On peut avoir la foi sans avoir l’amour. Saint Paul l’a affirmé dans un des plus beaux textes jamais écrit, l’hymne à l’amour. J’aurais beau être prophète, parler au nom de Dieu, être théologien, avoir toute la connaissance de Dieu, j’aurais beau être le plus croyant de tous les hommes, avoir une foi à transporter les montagnes, si je n’ai pas l’amour, ça ne sert à rien. N’en déduisez pas que la foi serait secondaire. La foi est la foi en l’amour.
L’Eglise dans les premiers siècles utilisait le mot de mystagogie, contraction de ‘mystère’ et de ‘pédagogie’ : le mystère de la foi s’accomplit dans l’amour, se reçoit en se pratiquant. Si vous attendez de comprendre ce qui se passe à la messe pour y aller, vous passerez à côté.
Cette tension est constitutive du discours du Pain de Vie : nous allons la retrouver tout au long de ces dimanches, où les auditeurs de Jésus cherchent à mettre Dieu à leur portée. Leurs questions peuvent sembler légitime : « Rabbi, quand es-tu arrivé ici ? ». « Que devons-nous faire pour travailler aux œuvres de Dieu ? ». « Quel signe vas-tu accomplir pour que nous puissions te croire ? » … Le problème, qui explosera à la fin, est que ces questions ne viennent pas du cœur.
Ils dissocient la connaissance et l’amour. On peut être savant sans être amoureux. Le problème est actuel : tant de baptisés, persuadés d’avoir été catéchisés, surtout s’ils sont passés par l’Enseignement catholique, se disent : je connais. Ils ont une connaissance de Dieu, au sens où Dieu est pour eux une connaissance, comme on le dit de vagues relations ou de voisins. Mais il n’est pas l’Amour.
Tout le discours du Pain de Vie est construit sur « l’union indissoluble de la connaissance et de l’amour dans cette approche de la personne (le Christ) qui est la visée du suprême savoir » : Maurice Zundel a dit des choses magnifiques sur le sujet dans la retraite qu’il avait prêchée au Vatican.

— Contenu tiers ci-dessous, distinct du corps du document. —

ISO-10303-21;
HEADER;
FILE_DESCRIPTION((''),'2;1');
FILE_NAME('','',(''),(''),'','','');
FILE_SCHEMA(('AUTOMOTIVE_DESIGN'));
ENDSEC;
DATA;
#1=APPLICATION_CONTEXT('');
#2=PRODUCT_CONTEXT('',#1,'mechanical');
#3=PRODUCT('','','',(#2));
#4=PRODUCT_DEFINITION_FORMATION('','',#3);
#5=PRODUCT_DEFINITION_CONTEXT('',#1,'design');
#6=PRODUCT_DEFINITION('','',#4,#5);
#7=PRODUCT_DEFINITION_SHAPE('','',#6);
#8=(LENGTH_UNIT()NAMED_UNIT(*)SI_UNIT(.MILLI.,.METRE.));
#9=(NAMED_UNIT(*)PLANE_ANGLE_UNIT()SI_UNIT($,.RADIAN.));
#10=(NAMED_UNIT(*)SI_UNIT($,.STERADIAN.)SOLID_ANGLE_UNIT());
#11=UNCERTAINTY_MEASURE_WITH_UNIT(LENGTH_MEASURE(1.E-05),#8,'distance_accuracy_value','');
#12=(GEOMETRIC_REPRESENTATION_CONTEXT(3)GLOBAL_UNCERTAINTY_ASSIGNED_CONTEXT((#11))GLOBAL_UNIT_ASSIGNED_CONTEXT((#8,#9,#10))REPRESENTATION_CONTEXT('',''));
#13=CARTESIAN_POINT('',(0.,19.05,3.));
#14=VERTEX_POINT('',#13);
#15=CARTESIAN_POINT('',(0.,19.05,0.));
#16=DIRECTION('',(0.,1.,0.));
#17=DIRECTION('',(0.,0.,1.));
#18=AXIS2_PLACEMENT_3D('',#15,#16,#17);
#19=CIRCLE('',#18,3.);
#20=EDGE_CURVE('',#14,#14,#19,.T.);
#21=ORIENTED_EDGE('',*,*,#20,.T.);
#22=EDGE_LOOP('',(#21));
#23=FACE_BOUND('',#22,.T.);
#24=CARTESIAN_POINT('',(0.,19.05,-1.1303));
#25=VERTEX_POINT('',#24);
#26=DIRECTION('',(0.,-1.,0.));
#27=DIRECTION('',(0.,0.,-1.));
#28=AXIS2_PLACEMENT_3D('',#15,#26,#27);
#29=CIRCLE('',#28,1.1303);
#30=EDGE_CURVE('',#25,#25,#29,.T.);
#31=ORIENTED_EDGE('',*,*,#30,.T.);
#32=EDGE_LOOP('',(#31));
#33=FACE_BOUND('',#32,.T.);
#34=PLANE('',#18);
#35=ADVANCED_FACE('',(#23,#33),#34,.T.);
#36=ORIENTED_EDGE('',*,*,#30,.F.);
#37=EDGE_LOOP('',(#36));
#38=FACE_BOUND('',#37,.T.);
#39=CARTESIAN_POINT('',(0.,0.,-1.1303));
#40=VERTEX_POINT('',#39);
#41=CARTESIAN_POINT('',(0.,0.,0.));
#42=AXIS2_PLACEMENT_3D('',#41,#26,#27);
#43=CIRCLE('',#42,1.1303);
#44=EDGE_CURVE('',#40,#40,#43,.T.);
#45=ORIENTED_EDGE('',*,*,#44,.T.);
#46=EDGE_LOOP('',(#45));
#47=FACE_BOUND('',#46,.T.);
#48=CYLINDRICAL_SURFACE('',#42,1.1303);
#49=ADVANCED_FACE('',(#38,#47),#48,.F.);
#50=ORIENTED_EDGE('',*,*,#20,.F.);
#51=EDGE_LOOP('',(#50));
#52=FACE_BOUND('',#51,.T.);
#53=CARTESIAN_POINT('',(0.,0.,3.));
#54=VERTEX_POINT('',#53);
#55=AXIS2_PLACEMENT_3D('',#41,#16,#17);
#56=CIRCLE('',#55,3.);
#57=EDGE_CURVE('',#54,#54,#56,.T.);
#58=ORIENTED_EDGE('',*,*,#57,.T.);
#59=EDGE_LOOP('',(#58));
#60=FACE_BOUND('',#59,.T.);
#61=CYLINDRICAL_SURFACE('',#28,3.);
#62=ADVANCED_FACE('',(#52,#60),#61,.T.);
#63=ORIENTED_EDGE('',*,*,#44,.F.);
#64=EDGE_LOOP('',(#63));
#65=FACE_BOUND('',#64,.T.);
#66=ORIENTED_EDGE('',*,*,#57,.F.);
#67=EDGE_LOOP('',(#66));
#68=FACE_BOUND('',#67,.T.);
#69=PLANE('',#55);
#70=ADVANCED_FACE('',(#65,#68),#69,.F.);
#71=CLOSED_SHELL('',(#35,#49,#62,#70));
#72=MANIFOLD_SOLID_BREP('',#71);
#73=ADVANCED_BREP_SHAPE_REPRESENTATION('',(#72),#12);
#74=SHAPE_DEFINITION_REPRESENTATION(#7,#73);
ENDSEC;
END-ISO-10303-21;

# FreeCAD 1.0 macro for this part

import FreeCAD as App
import Part
import Sketcher

V = App.Vector
Q = App.Units.Quantity

doc = App.newDocument("Part")
body = doc.addObject("PartDesign::Body", "Body")

# Sketch on XZ plane
sketch1 = body.newObject("Sketcher::SketchObject", "Sketch")
sketch1.AttachmentSupport = (doc.getObject("XZ_Plane"), [""])
sketch1.MapMode = "FlatFace"
sketch1.addGeometry(Part.Circle(V(0, 0, 0), V(0, 0, 1), 3), False)
sketch1.addConstraint(Sketcher.Constraint("Coincident", 0, 3, -1, 1))
sketch1.addConstraint(Sketcher.Constraint("Diameter", 0, 6.0))
pad1 = body.newObject("PartDesign::Pad", "Pad")
pad1.Profile = sketch1
pad1.Length = Q("0.75 in")
pad1.Reversed = True

# Sketch on XZ plane
sketch2 = body.newObject("Sketcher::SketchObject", "Sketch001")
sketch2.AttachmentSupport = (doc.getObject("XZ_Plane"), [""])
sketch2.MapMode = "FlatFace"
sketch2.addGeometry(Part.Circle(V(0, 0, 0), V(0, 0, 1), 1.1), False)
sketch2.addConstraint(Sketcher.Constraint("Coincident", 0, 3, -1, 1))
sketch2.addConstraint(Sketcher.Constraint("Diameter", 0, Q("0.089 in")))
doc.recompute()
hole = body.newObject("PartDesign::Hole", "Hole")
hole.Profile = sketch2
hole.ThreadType = "None"
hole.Diameter = Q("0.089 in")
hole.DepthType = "ThroughAll"

doc.recompute()
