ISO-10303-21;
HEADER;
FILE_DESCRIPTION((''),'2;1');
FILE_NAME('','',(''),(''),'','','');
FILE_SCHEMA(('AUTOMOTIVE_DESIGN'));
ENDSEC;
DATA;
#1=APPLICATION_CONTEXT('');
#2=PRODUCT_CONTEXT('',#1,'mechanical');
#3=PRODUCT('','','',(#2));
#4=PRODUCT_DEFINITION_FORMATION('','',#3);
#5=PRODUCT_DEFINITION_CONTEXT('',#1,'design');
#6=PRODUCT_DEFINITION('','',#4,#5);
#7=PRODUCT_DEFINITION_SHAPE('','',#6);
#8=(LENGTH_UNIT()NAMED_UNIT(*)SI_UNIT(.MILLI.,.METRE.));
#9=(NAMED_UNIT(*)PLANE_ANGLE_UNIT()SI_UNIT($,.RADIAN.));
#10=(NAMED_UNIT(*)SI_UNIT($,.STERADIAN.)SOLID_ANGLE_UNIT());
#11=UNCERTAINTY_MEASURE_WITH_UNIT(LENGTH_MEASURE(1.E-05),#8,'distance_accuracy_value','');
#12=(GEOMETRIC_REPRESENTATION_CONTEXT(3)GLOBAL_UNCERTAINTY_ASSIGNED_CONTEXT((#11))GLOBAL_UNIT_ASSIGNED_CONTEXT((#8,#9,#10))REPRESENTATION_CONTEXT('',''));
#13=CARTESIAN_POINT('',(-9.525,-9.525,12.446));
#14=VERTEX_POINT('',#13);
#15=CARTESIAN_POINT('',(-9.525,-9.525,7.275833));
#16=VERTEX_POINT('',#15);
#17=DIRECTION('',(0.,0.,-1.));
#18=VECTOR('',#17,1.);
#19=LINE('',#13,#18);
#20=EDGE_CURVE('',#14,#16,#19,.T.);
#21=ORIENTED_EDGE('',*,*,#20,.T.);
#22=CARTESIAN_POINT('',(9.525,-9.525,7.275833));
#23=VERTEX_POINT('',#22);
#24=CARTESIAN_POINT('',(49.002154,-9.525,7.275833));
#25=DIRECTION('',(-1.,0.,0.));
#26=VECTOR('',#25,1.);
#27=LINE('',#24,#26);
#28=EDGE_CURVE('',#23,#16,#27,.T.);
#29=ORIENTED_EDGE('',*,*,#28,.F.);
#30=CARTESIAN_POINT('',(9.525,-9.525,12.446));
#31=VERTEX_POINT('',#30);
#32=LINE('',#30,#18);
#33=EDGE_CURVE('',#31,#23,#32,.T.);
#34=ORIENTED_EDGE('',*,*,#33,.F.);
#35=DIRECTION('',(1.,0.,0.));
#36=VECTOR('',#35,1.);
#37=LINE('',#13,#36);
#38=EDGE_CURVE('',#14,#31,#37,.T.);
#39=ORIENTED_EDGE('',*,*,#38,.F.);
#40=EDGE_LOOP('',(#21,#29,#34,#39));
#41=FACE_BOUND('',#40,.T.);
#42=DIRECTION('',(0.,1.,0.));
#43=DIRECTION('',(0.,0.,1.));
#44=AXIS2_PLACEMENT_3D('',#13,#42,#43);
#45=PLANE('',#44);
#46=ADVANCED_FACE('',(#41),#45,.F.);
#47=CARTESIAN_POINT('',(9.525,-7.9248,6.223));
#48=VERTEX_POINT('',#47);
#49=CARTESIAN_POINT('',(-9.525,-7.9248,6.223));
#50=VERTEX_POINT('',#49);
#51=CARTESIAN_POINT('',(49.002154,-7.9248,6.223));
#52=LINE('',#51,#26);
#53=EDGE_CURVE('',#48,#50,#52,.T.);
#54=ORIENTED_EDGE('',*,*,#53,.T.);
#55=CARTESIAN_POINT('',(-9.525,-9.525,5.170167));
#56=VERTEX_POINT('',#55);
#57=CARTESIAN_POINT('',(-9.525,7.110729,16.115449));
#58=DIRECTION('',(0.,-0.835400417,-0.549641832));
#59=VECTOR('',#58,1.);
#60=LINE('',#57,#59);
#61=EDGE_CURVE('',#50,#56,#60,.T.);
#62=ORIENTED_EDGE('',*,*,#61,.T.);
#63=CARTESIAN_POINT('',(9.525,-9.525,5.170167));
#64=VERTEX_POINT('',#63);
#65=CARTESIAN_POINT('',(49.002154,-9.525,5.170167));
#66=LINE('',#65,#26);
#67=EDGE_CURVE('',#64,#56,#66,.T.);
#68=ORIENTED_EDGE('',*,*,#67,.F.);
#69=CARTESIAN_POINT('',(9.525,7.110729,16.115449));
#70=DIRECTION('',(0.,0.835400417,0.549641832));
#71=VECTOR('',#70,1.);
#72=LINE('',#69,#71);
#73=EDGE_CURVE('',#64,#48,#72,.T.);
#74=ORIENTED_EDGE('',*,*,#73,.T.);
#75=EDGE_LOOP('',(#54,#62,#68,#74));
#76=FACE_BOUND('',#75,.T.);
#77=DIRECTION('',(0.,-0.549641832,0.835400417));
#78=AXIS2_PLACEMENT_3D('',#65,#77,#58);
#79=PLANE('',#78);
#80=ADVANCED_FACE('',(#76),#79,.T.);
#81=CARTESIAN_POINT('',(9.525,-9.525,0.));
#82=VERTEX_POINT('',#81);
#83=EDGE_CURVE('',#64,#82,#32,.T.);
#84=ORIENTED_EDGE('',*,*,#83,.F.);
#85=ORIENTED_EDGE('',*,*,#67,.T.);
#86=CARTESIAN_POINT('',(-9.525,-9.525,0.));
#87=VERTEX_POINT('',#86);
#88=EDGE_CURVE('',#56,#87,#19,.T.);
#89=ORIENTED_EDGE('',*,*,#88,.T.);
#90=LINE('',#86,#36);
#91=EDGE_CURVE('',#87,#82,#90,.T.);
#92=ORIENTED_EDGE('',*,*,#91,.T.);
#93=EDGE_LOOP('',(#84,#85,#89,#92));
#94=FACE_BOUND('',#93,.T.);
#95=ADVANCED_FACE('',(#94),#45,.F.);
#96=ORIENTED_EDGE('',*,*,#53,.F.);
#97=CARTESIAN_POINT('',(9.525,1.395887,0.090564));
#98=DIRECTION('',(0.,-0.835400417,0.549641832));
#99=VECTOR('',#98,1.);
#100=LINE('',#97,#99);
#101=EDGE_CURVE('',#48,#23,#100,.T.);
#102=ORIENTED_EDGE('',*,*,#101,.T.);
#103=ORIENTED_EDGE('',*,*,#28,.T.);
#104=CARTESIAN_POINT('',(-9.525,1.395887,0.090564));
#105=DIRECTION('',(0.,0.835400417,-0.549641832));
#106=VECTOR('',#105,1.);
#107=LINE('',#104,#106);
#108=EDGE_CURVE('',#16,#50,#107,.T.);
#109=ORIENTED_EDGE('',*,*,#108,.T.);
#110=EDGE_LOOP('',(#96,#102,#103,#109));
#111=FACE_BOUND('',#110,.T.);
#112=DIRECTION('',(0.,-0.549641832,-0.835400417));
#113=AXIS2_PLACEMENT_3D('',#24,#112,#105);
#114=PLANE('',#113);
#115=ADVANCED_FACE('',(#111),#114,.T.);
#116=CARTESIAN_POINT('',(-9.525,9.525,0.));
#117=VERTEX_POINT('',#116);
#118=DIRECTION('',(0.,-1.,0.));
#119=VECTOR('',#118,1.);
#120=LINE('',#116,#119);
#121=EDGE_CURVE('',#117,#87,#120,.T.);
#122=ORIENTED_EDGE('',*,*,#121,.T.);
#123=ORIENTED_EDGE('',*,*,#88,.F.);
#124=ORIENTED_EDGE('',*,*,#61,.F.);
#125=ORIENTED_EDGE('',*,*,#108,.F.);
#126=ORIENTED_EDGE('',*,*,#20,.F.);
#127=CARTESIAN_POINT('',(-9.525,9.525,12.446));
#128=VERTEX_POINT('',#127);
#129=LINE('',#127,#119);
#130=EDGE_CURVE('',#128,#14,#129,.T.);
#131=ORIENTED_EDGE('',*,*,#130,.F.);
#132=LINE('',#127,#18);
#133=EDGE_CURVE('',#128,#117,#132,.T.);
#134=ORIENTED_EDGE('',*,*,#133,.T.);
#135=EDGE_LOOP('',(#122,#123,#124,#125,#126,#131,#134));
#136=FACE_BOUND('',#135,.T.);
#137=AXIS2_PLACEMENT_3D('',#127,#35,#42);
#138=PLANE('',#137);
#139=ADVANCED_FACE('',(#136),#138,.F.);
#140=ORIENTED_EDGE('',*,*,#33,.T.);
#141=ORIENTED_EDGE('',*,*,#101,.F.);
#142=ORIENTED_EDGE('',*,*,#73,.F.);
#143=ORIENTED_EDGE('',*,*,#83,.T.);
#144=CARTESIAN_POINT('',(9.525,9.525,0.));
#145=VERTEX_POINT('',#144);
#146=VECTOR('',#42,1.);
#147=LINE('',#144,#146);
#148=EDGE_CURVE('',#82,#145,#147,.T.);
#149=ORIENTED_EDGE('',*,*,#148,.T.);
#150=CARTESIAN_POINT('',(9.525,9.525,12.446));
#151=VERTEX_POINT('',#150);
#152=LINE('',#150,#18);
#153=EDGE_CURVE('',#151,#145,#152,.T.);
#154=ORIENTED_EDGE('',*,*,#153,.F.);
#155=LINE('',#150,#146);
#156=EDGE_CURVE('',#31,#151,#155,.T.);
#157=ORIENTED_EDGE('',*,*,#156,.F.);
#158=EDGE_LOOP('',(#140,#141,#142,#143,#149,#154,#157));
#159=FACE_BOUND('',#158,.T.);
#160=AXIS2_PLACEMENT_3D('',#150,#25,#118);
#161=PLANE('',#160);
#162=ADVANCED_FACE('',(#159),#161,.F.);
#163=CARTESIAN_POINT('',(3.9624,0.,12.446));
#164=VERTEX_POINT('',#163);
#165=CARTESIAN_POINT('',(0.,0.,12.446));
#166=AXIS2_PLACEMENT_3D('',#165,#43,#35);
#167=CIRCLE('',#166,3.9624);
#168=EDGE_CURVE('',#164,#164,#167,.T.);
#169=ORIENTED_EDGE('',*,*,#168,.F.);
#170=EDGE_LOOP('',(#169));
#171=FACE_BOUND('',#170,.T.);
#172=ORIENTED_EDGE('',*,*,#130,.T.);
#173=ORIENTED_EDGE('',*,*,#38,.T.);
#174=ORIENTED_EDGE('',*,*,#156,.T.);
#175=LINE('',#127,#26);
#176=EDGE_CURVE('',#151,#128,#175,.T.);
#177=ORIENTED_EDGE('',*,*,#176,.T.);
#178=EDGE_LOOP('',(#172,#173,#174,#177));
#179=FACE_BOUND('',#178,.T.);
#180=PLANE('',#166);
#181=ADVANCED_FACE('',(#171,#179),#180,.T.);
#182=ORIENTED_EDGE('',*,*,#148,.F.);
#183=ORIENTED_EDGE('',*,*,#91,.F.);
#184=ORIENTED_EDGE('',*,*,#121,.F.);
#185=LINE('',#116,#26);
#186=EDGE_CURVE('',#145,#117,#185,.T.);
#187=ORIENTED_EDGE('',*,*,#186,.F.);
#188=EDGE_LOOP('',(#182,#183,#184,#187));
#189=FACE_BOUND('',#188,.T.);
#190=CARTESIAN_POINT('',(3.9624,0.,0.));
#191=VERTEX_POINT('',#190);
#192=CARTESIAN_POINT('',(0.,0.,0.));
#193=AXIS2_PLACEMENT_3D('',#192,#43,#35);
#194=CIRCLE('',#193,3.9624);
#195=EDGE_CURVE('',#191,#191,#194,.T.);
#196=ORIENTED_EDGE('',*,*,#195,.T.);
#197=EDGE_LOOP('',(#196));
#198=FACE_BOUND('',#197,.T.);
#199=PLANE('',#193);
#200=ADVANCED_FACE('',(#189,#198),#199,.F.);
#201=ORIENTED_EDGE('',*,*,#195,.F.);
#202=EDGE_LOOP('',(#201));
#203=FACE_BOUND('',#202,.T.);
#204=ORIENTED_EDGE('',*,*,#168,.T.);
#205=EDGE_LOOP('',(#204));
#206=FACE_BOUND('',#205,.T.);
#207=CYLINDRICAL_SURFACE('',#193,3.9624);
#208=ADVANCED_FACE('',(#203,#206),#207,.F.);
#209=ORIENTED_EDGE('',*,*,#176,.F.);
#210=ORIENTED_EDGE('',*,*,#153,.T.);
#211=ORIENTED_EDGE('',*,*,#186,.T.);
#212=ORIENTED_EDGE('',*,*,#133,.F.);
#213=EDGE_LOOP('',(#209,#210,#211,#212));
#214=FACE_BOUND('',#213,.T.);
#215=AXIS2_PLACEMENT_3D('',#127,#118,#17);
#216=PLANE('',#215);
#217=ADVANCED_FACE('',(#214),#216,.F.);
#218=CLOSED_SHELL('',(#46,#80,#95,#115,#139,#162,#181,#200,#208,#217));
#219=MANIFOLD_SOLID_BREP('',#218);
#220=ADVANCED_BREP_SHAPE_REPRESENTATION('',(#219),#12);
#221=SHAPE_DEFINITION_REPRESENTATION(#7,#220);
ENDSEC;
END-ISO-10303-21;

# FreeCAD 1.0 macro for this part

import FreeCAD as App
import Part
import Sketcher
from FreeCAD import Vector
Q = App.Units.Quantity

doc = App.newDocument("Part")
body = doc.addObject("PartDesign::Body", "Body")

# Sketch on XY plane
sketch1 = doc.addObject("Sketcher::SketchObject", "Sketch")
body.addObject(sketch1)
sketch1.AttachmentSupport = (doc.XY_Plane, [""])
sketch1.MapMode = "FlatFace"
sketch1.addGeometry([
    Part.LineSegment(Vector(-10, 10, 0), Vector(-10, -10, 0)),
    Part.LineSegment(Vector(-10, -10, 0), Vector(10, -10, 0)),
    Part.LineSegment(Vector(10, -10, 0), Vector(10, 10, 0)),
    Part.LineSegment(Vector(10, 10, 0), Vector(-10, 10, 0)),
], False)
sketch1.addConstraint([
    Sketcher.Constraint("Coincident", 0, 2, 1, 1),
    Sketcher.Constraint("Coincident", 1, 2, 2, 1),
    Sketcher.Constraint("Coincident", 2, 2, 3, 1),
    Sketcher.Constraint("Coincident", 3, 2, 0, 1),
    Sketcher.Constraint("Vertical", 0),
    Sketcher.Constraint("Horizontal", 1),
    Sketcher.Constraint("Vertical", 2),
    Sketcher.Constraint("Horizontal", 3),
    Sketcher.Constraint("Symmetric", 0, 2, 2, 2, -1, 1),
    Sketcher.Constraint("Equal", 3, 0),
    Sketcher.Constraint("DistanceX", 1, 1, 1, 2, Q("0.75 in")),
])
pad1 = doc.addObject("PartDesign::Pad", "Pad")
body.addObject(pad1)
pad1.Profile = sketch1
pad1.Length = Q("0.49 in")

# Sketch on XY plane
sketch2 = doc.addObject("Sketcher::SketchObject", "Sketch001")
body.addObject(sketch2)
sketch2.AttachmentSupport = (doc.XY_Plane, [""])
sketch2.MapMode = "FlatFace"
sketch2.AttachmentOffset = App.Placement(Vector(0, 0, 0.49 * 25.4), App.Rotation())
sketch2.addGeometry(Part.Circle(Vector(0, 0, 0), Vector(0, 0, 1), 4), False)
sketch2.addConstraint([
    Sketcher.Constraint("Coincident", 0, 3, -1, 1),
    Sketcher.Constraint("Diameter", 0, Q("0.312 in")),
])
pocket1 = doc.addObject("PartDesign::Pocket", "Pocket")
body.addObject(pocket1)
pocket1.Profile = sketch2
pocket1.Type = "ThroughAll"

La révélation chrétienne qui culmine en Jésus-Christ affirme que ce que nous n’aimez pas, en réalité vous ne le connaissez pas. C’est ainsi que le Christ peut commander d’aimer ses ennemis, ce qui signifie d’apprendre à les connaître, non pour mieux les combattre, mais pour porter sur eux le regard d’amour de Dieu. Il n’y a qu’en entrant plus avant dans la connaissance intérieure de Jésus-Christ, jusqu’à manger sa chair et boire son sang, que nous serons fidèles à l’amour. « Il est bien vrai qu’à ce niveau, disait Zundel, on connaît autant qu’on aime et qu’on ne connaît plus quand on n’aime plus ». Comme on n’aime plus quand on ne connaît plus. Pour aimer, il faut connaître.